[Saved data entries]
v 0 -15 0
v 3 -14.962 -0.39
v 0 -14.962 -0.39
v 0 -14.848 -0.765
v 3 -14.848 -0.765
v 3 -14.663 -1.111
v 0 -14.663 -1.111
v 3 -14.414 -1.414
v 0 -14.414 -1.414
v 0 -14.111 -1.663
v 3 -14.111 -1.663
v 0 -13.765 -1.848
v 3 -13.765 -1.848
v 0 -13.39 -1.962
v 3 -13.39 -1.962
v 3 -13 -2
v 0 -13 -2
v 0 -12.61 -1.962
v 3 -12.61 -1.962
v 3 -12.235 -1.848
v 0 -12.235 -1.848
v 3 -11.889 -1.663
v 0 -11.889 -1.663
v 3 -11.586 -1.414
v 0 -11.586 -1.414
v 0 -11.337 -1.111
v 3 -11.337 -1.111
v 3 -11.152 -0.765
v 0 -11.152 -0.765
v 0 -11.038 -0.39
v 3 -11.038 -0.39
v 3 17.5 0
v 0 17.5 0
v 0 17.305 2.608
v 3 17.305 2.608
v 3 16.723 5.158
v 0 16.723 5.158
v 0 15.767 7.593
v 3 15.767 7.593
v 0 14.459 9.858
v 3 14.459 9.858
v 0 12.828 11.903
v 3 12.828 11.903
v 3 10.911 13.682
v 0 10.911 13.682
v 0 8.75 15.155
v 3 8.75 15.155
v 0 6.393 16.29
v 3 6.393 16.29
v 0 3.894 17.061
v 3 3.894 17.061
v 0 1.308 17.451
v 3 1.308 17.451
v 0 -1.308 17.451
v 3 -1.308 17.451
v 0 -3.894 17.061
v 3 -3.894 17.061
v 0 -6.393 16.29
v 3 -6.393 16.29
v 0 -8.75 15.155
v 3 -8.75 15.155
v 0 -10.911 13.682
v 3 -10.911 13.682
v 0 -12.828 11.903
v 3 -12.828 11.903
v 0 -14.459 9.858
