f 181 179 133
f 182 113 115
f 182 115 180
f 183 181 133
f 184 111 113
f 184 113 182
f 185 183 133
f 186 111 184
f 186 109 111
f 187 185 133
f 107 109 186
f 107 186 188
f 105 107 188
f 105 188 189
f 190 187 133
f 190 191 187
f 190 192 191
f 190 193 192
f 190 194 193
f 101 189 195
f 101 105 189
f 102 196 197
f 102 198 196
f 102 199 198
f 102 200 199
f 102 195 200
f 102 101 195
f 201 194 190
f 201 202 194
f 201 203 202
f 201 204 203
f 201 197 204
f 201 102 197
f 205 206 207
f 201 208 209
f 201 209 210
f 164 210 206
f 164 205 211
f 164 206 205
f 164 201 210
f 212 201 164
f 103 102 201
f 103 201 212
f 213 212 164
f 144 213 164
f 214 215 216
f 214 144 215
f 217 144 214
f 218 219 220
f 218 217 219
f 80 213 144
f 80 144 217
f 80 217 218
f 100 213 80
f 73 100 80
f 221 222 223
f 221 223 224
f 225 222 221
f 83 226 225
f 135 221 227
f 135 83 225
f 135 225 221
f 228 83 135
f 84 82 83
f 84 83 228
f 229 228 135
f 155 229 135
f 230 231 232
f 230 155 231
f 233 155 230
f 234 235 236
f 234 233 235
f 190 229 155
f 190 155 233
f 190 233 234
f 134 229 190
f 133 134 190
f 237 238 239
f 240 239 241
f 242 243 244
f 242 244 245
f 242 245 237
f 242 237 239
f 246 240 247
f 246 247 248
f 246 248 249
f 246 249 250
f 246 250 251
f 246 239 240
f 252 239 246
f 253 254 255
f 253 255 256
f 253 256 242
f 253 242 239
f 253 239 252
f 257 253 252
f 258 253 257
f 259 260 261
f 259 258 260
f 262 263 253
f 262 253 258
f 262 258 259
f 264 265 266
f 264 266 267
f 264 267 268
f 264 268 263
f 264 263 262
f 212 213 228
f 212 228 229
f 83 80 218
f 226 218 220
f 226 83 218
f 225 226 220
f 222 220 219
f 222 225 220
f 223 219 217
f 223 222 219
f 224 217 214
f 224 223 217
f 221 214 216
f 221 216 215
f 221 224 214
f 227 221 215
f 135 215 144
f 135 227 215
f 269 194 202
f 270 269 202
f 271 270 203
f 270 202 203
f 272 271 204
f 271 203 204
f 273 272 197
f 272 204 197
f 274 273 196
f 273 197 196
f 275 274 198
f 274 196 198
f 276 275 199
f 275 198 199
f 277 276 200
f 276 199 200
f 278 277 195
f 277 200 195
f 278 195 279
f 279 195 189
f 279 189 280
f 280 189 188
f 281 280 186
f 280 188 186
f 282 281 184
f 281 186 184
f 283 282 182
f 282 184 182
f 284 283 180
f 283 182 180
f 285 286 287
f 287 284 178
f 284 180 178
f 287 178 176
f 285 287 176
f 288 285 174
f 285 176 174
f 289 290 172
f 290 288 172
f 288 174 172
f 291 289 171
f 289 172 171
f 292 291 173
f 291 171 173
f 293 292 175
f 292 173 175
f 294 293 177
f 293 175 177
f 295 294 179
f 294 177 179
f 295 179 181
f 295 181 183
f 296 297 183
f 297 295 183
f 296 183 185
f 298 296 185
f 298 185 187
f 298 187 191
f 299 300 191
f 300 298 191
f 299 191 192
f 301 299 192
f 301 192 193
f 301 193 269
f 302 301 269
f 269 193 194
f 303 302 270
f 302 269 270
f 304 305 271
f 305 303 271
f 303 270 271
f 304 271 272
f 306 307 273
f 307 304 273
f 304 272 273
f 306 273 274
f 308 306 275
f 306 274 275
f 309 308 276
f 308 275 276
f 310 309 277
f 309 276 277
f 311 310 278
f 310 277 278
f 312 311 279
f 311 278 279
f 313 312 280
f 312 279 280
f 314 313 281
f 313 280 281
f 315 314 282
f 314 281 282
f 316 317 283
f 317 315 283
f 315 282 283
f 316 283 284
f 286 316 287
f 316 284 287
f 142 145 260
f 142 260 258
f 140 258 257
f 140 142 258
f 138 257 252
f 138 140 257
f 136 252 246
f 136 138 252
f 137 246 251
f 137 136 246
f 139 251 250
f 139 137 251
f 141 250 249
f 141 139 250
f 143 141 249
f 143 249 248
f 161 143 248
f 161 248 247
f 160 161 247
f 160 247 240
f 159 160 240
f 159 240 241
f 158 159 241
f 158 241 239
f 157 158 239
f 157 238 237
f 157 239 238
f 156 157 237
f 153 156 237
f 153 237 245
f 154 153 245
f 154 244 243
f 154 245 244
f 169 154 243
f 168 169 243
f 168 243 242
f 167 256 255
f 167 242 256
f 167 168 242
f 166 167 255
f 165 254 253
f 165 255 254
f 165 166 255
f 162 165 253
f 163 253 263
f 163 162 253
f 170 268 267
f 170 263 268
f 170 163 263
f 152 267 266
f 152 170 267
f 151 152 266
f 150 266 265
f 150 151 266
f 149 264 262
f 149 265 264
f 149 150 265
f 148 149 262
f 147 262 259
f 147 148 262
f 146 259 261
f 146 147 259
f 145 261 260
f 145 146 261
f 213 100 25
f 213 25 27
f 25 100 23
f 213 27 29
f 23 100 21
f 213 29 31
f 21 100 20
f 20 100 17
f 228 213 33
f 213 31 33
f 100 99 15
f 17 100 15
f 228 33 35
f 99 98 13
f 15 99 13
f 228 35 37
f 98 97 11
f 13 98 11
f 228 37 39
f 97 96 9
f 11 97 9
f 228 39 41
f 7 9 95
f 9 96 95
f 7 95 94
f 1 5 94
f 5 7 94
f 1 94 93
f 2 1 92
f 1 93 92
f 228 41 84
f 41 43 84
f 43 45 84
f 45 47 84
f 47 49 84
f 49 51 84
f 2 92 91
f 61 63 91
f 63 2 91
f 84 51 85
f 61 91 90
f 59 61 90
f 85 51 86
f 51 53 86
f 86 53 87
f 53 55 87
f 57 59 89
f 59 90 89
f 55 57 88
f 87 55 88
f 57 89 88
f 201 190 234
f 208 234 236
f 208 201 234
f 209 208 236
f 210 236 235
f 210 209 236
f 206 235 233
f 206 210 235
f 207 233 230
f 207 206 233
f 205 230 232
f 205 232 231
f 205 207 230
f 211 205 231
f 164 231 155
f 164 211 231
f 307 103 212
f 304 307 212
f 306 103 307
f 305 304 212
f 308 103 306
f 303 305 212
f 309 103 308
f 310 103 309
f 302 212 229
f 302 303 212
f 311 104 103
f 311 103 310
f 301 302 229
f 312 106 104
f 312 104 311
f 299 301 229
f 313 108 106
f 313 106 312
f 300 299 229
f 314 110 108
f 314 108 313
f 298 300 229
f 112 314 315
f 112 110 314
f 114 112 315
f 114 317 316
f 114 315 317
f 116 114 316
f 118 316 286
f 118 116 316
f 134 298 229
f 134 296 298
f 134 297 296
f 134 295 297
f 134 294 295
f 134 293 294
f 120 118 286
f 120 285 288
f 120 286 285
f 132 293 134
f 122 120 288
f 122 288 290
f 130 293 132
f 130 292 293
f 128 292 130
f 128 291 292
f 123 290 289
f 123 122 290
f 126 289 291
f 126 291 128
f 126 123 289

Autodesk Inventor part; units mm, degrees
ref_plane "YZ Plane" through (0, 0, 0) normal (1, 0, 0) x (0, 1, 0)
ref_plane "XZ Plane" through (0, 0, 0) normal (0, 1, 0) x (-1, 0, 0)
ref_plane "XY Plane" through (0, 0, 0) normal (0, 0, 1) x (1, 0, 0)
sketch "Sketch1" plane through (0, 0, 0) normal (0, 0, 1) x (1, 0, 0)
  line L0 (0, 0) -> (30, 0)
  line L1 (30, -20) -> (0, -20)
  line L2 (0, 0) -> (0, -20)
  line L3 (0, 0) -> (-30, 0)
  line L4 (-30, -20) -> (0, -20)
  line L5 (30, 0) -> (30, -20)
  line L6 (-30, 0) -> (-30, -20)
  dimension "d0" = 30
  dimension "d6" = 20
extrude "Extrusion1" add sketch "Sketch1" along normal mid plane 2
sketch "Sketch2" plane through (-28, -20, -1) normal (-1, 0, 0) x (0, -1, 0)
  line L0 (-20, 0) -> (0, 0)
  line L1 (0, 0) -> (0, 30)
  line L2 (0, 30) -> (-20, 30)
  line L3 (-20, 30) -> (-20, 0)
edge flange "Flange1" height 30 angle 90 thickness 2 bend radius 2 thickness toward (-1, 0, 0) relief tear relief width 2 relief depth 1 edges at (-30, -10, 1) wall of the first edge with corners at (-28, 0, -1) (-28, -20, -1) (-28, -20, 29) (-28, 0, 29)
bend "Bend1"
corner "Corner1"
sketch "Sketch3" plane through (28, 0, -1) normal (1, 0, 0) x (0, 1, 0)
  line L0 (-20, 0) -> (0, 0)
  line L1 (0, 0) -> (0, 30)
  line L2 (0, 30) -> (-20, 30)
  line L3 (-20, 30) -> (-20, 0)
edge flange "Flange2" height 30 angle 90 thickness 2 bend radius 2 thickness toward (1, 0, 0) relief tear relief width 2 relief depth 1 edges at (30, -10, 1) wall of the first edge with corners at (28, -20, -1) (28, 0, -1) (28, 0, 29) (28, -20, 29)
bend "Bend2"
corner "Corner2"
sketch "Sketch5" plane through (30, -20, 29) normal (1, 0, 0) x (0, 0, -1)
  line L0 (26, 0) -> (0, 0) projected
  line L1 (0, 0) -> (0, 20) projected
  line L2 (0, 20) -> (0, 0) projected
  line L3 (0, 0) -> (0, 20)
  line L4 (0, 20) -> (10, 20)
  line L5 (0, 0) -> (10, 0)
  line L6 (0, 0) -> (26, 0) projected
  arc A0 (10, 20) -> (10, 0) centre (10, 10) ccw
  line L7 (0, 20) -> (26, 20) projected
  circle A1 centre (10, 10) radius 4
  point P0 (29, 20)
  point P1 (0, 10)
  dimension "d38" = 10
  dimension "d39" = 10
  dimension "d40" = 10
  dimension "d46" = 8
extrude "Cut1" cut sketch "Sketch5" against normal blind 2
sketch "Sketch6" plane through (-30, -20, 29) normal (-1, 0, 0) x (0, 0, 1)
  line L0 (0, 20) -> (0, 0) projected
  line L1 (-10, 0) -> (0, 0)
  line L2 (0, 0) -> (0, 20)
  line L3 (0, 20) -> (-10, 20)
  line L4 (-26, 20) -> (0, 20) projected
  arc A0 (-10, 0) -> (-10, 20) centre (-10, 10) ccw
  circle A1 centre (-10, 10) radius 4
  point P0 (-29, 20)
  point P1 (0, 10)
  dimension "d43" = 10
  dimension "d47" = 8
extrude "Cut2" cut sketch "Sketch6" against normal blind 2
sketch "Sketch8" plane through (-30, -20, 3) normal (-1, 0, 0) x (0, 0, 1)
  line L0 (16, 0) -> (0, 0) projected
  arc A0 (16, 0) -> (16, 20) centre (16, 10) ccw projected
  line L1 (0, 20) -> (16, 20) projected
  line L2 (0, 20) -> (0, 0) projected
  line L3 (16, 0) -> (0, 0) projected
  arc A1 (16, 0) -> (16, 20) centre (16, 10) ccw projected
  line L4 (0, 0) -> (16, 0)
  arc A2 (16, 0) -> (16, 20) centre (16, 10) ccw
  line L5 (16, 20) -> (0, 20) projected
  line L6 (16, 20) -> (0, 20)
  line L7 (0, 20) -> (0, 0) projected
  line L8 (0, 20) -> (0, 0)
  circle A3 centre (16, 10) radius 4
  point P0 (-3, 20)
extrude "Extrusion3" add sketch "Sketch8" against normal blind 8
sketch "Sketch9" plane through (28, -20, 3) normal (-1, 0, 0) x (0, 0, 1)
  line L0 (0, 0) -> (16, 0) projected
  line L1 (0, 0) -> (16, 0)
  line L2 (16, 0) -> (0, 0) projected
--
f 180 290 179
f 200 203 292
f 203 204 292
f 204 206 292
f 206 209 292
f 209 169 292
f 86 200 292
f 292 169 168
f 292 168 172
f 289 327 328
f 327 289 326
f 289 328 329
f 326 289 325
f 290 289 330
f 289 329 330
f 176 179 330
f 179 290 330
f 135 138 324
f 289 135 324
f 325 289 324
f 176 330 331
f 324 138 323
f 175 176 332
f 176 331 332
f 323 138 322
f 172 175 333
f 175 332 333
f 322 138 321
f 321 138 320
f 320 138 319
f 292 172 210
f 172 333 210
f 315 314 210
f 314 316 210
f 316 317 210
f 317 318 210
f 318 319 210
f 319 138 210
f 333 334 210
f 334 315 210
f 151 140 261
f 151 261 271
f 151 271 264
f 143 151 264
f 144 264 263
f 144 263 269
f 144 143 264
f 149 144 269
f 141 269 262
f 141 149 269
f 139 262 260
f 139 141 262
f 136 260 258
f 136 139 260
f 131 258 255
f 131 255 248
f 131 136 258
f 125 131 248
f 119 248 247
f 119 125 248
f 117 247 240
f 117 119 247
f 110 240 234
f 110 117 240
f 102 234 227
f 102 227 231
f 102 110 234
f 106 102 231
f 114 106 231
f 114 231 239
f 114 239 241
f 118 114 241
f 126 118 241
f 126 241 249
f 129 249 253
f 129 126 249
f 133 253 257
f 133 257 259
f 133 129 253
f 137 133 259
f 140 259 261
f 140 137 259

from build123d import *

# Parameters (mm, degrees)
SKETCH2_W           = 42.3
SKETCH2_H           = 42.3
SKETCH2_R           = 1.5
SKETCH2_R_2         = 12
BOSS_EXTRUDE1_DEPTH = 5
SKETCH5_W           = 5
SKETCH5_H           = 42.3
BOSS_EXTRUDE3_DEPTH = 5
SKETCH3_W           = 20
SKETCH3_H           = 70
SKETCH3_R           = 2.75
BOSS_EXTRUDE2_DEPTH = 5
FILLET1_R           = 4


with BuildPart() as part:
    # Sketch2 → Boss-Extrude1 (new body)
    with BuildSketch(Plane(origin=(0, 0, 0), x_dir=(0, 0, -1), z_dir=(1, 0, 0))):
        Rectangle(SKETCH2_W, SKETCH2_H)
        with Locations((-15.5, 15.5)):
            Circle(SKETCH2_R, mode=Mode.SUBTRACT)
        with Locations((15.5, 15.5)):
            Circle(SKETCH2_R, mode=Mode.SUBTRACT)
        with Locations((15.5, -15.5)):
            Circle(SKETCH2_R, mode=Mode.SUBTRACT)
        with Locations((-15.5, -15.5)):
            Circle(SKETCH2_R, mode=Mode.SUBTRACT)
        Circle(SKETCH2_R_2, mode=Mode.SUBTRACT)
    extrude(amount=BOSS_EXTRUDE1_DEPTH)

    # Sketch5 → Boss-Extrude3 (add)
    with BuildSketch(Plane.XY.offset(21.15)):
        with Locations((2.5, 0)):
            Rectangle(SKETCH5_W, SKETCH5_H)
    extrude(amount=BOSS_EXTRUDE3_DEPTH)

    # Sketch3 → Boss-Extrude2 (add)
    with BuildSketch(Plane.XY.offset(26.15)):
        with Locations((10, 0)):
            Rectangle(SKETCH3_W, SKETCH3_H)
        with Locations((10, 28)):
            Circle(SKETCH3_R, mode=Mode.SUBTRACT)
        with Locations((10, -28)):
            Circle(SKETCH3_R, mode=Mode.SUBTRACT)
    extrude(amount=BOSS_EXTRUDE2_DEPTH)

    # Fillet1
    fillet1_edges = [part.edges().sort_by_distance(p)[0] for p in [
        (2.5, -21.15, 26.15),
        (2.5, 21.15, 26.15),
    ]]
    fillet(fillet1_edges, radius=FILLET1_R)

Task: Using the entries above, give again exactly the lines from the line holding "f 190 187 133" through the line holding "f 234 233 235". Include both end lines and nothing else.

Written answer:
f 190 187 133
f 190 191 187
f 190 192 191
f 190 193 192
f 190 194 193
f 101 189 195
f 101 105 189
f 102 196 197
f 102 198 196
f 102 199 198
f 102 200 199
f 102 195 200
f 102 101 195
f 201 194 190
f 201 202 194
f 201 203 202
f 201 204 203
f 201 197 204
f 201 102 197
f 205 206 207
f 201 208 209
f 201 209 210
f 164 210 206
f 164 205 211
f 164 206 205
f 164 201 210
f 212 201 164
f 103 102 201
f 103 201 212
f 213 212 164
f 144 213 164
f 214 215 216
f 214 144 215
f 217 144 214
f 218 219 220
f 218 217 219
f 80 213 144
f 80 144 217
f 80 217 218
f 100 213 80
f 73 100 80
f 221 222 223
f 221 223 224
f 225 222 221
f 83 226 225
f 135 221 227
f 135 83 225
f 135 225 221
f 228 83 135
f 84 82 83
f 84 83 228
f 229 228 135
f 155 229 135
f 230 231 232
f 230 155 231
f 233 155 230
f 234 235 236
f 234 233 235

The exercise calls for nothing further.